Check your understanding
Section titled “Check your understanding”- In one sentence each, define example-based and property-based testing, framed around who chooses the input.
- State the structural “blind spot” of example tests in your own words. Why can’t more diligence or more examples raise that ceiling?
- What is an invariant, and why is it — rather than any specific expected output — “the thing under test” in a property? Give the round-trip invariant for the
kvliteWAL. - This page argues examples and properties are complementary, not rivals. Name two jobs an example test does that a property cannot, and one job a property does that examples cannot.

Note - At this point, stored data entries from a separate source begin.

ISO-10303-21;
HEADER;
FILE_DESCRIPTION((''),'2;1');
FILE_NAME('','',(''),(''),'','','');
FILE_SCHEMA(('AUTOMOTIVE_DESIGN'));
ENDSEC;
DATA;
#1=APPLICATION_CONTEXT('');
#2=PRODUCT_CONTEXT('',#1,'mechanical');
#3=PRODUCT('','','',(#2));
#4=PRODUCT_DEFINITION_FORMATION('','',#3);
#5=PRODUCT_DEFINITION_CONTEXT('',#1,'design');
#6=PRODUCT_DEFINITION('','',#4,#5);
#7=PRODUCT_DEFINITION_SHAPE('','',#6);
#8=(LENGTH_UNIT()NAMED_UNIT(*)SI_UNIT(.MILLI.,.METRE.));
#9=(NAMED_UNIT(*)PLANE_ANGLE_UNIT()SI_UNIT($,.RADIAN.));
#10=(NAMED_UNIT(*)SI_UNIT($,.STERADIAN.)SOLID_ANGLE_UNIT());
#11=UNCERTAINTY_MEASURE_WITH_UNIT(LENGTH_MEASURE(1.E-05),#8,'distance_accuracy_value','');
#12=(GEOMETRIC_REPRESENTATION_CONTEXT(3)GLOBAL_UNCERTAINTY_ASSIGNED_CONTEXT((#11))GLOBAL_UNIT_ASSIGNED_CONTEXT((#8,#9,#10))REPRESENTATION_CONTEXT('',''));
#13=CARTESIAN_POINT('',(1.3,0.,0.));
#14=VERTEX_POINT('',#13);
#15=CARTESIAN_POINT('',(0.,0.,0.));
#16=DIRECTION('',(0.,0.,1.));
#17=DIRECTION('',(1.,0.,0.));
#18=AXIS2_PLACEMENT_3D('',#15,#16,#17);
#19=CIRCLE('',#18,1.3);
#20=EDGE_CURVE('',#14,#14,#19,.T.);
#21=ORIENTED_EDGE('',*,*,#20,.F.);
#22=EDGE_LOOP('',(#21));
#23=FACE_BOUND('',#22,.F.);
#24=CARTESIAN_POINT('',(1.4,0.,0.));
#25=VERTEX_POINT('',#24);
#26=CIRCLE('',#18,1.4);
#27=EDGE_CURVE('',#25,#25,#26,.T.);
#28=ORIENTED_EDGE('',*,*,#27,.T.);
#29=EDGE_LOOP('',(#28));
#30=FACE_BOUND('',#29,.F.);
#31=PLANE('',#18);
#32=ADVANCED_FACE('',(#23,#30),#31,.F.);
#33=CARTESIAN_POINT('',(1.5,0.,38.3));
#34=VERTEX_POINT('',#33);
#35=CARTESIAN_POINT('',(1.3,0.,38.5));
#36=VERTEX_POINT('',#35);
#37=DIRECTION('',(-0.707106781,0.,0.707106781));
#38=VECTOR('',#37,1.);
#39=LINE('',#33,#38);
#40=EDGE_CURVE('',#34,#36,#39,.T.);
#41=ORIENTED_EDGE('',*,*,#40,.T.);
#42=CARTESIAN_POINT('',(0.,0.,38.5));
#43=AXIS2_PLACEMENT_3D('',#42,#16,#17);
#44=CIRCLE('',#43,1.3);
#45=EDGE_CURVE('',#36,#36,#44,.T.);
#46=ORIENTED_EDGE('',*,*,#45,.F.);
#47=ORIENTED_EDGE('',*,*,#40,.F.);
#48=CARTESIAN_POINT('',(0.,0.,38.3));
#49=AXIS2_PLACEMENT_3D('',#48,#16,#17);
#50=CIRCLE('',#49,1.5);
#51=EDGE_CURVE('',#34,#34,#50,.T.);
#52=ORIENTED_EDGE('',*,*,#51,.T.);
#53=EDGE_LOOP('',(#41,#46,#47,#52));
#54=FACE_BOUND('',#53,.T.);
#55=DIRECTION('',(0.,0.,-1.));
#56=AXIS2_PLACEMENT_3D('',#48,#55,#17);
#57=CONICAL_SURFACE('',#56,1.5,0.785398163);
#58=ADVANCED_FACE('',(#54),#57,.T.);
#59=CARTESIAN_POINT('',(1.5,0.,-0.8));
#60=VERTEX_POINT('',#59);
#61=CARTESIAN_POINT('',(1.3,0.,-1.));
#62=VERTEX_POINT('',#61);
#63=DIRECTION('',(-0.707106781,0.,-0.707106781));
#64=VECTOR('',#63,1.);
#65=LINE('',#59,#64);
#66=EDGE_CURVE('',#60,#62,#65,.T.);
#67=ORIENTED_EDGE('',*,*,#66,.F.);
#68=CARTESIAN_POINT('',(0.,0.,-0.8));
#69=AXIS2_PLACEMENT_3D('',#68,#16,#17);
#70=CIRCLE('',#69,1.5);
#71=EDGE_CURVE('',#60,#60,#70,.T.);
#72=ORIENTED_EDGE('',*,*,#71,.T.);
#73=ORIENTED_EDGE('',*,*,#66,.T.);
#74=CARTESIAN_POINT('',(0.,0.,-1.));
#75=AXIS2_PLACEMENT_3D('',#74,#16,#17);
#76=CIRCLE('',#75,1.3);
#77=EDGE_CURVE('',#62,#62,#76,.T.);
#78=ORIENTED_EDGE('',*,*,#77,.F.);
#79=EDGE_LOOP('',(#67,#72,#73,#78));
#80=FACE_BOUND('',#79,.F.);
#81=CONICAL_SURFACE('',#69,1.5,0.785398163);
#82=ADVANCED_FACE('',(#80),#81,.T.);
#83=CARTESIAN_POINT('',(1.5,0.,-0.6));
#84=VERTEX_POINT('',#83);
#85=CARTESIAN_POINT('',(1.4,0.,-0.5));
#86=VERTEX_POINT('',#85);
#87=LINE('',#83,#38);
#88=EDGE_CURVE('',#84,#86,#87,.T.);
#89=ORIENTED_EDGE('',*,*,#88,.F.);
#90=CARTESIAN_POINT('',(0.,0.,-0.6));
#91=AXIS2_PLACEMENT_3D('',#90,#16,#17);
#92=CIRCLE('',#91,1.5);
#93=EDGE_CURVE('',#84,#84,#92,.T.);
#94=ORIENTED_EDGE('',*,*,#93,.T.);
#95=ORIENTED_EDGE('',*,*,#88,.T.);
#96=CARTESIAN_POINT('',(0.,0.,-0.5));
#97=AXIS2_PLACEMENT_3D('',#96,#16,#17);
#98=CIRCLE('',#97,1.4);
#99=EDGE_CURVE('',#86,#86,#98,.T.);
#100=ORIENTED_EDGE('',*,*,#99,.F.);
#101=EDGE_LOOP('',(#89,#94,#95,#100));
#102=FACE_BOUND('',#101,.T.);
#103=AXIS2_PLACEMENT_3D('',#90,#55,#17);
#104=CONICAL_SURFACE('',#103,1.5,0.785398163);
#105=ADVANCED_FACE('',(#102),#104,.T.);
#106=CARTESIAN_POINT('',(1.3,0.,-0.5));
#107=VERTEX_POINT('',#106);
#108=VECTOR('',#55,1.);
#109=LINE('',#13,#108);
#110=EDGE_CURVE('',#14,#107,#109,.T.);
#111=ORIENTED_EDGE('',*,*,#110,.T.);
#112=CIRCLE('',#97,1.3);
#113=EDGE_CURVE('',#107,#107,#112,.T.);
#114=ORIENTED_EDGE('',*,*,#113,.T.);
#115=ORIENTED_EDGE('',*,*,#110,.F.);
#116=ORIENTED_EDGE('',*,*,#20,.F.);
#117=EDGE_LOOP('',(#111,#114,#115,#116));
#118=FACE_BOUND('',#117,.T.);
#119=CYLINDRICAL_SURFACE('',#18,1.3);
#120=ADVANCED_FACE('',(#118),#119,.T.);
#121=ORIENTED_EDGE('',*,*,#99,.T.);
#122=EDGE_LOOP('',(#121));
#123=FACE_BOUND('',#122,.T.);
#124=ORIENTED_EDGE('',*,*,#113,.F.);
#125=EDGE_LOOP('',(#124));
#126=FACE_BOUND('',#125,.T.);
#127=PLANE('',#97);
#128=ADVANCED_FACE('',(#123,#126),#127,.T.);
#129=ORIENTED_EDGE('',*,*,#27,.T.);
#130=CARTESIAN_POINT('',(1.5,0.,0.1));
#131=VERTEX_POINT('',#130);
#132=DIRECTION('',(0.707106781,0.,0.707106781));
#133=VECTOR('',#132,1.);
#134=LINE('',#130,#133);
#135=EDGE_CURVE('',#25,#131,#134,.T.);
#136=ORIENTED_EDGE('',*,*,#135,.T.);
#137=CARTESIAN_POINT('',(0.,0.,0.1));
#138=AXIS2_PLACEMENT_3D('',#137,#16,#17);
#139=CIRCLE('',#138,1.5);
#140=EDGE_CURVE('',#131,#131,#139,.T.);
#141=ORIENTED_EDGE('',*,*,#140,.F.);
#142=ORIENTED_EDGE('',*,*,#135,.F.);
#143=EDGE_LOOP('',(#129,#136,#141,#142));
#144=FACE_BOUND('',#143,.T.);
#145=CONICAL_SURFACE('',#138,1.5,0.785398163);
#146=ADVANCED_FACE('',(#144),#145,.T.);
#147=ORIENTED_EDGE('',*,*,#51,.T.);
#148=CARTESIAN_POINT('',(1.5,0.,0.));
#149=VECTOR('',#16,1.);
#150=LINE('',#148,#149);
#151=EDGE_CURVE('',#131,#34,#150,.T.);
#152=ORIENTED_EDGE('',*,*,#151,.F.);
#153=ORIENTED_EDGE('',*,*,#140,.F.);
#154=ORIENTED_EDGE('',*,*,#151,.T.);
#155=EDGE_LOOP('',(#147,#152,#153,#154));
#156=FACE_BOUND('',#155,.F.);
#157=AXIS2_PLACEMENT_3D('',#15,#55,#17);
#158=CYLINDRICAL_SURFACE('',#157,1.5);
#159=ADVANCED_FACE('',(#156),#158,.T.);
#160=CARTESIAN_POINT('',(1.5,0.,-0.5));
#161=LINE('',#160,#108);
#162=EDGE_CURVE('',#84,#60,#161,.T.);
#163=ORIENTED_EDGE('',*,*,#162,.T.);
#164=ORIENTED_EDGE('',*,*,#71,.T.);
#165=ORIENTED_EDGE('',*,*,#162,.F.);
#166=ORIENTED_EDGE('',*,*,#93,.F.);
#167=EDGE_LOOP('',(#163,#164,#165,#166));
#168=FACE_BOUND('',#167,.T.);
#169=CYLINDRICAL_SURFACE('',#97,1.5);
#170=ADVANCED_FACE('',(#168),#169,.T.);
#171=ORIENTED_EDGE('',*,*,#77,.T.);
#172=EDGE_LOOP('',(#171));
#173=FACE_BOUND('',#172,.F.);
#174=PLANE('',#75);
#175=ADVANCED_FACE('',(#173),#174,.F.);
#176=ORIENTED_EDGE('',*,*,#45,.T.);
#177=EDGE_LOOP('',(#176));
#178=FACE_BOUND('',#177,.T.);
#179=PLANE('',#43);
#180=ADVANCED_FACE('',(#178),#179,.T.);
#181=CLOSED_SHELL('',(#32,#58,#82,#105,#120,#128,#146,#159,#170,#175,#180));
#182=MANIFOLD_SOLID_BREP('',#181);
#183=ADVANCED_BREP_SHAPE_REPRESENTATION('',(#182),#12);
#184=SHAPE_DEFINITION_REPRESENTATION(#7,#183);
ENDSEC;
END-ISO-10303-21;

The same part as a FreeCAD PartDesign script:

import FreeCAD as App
import Part
import Sketcher
from FreeCAD import Vector


def edges_at(feature, points):
    """Names of the edges that pass closest to the given points."""
    edges = feature.Shape.Edges
    near = lambda p: min(range(len(edges)), key=lambda i: edges[i].distToShape(Part.Vertex(*p))[0])
    return sorted({f"Edge{near(p) + 1}" for p in points})

doc = App.newDocument("Part")
body = doc.addObject("PartDesign::Body", "Body")

sketch1 = body.newObject("Sketcher::SketchObject", "Sketch")
sketch1.AttachmentSupport = (doc.getObject("XY_Plane"), [""])
sketch1.MapMode = "FlatFace"
sketch1.addGeometry(Part.Circle(Vector(0, 0, 0), Vector(0, 0, 1), 1.5), False)
sketch1.addConstraint([
    Sketcher.Constraint("Coincident", 0, 3, -1, 1),
    Sketcher.Constraint("Diameter", 0, 3.0),
])
pad1 = body.newObject("PartDesign::Pad", "Pad")
pad1.Profile = sketch1
pad1.Length = 38.5

sketch2 = body.newObject("Sketcher::SketchObject", "Sketch001")
sketch2.AttachmentSupport = (doc.getObject("XY_Plane"), [""])
sketch2.MapMode = "FlatFace"
sketch2.addGeometry(Part.Circle(Vector(0, 0, 0), Vector(0, 0, 1), 1.3), False)
sketch2.addConstraint([
    Sketcher.Constraint("Coincident", 0, 3, -1, 1),
    Sketcher.Constraint("Diameter", 0, 2.6),
])
pad2 = body.newObject("PartDesign::Pad", "Pad001")
pad2.Profile = sketch2
pad2.Length = 1
pad2.Reversed = True

sketch3 = body.newObject("Sketcher::SketchObject", "Sketch002")
sketch3.AttachmentSupport = (doc.getObject("XY_Plane"), [""])
sketch3.MapMode = "FlatFace"
sketch3.AttachmentOffset = App.Placement(Vector(0, 0, -0.5), App.Rotation())
sketch3.addGeometry([
    Part.Circle(Vector(0, 0, 0), Vector(0, 0, 1), 1.5),
    Part.Circle(Vector(0, 0, 0), Vector(0, 0, 1), 1.3),
], False)
sketch3.addConstraint([
    Sketcher.Constraint("Coincident", 0, 3, -1, 1),
    Sketcher.Constraint("Coincident", 1, 3, -1, 1),
    Sketcher.Constraint("Diameter", 0, 3.0),
    Sketcher.Constraint("Diameter", 1, 2.6),
])
pad3 = body.newObject("PartDesign::Pad", "Pad002")
pad3.Profile = sketch3
pad3.Length = 0.5
pad3.Reversed = True
doc.recompute()

chamfer = body.newObject("PartDesign::Chamfer", "Chamfer")
chamfer.Base = (pad3, edges_at(pad3, [(-1.5, 0, -1), (-1.5, 0, 38.5)]))
chamfer.Size = 0.2
doc.recompute()

chamfer2 = body.newObject("PartDesign::Chamfer", "Chamfer001")
chamfer2.Base = (chamfer, edges_at(chamfer, [(-1.5, 0, -0.5), (-1.5, 0, 0)]))
chamfer2.Size = 0.1

doc.recompute()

- Someone says “property-based testing is worse because a failure is a giant random input I can’t debug.” Which upcoming technique answers this objection, and how?
Show answers
- Example-based: you choose a specific input and assert a specific expected output (
reverse("abc") == "cba"). Property-based: you state a rule that must hold for all inputs in a domain, and a generator chooses the inputs (∀ s: reverse(reverse(s)) == s). The pivot is who picks the input — you, versus the tool. - Example tests can only check inputs a human imagined, so their coverage is bounded by that imagination; the production-breaking bug is, almost by definition, an input nobody pictured. More diligence just adds more of the inputs you can conceive — it operates below the same ceiling, because the ceiling is the edge of what you conceive.
- An invariant is a statement that stays true for every valid input (e.g. “the output of
sortis non-decreasing and a permutation of the input”). It is the thing under test because a property asserts the rule, not a hand-computed answer, so it can be checked against inputs whose “correct” output you never computed. ThekvliteWAL invariant: for any sequence of writes, what you read back after flushing and replaying the log on restart equals what you wrote —decode(encode(x)) == x. - Examples uniquely: document the API legibly (
parseAmount("$1,000.50") == 100050shows units at a glance), pin known regressions to an exact input, and encode explicitly-asked-for acceptance cases. Properties uniquely: hunt unknown unknowns by exploring the domain a human can’t enumerate (and state intent at the level of rules, e.g. “always sorted”). - Shrinking (shrinking-and-edge-cases). When a property fails on a large generated input, the tool automatically reduces it to the minimal failing case — often two or three elements — so you debug the smallest reproduction, not the giant random one the generator first found.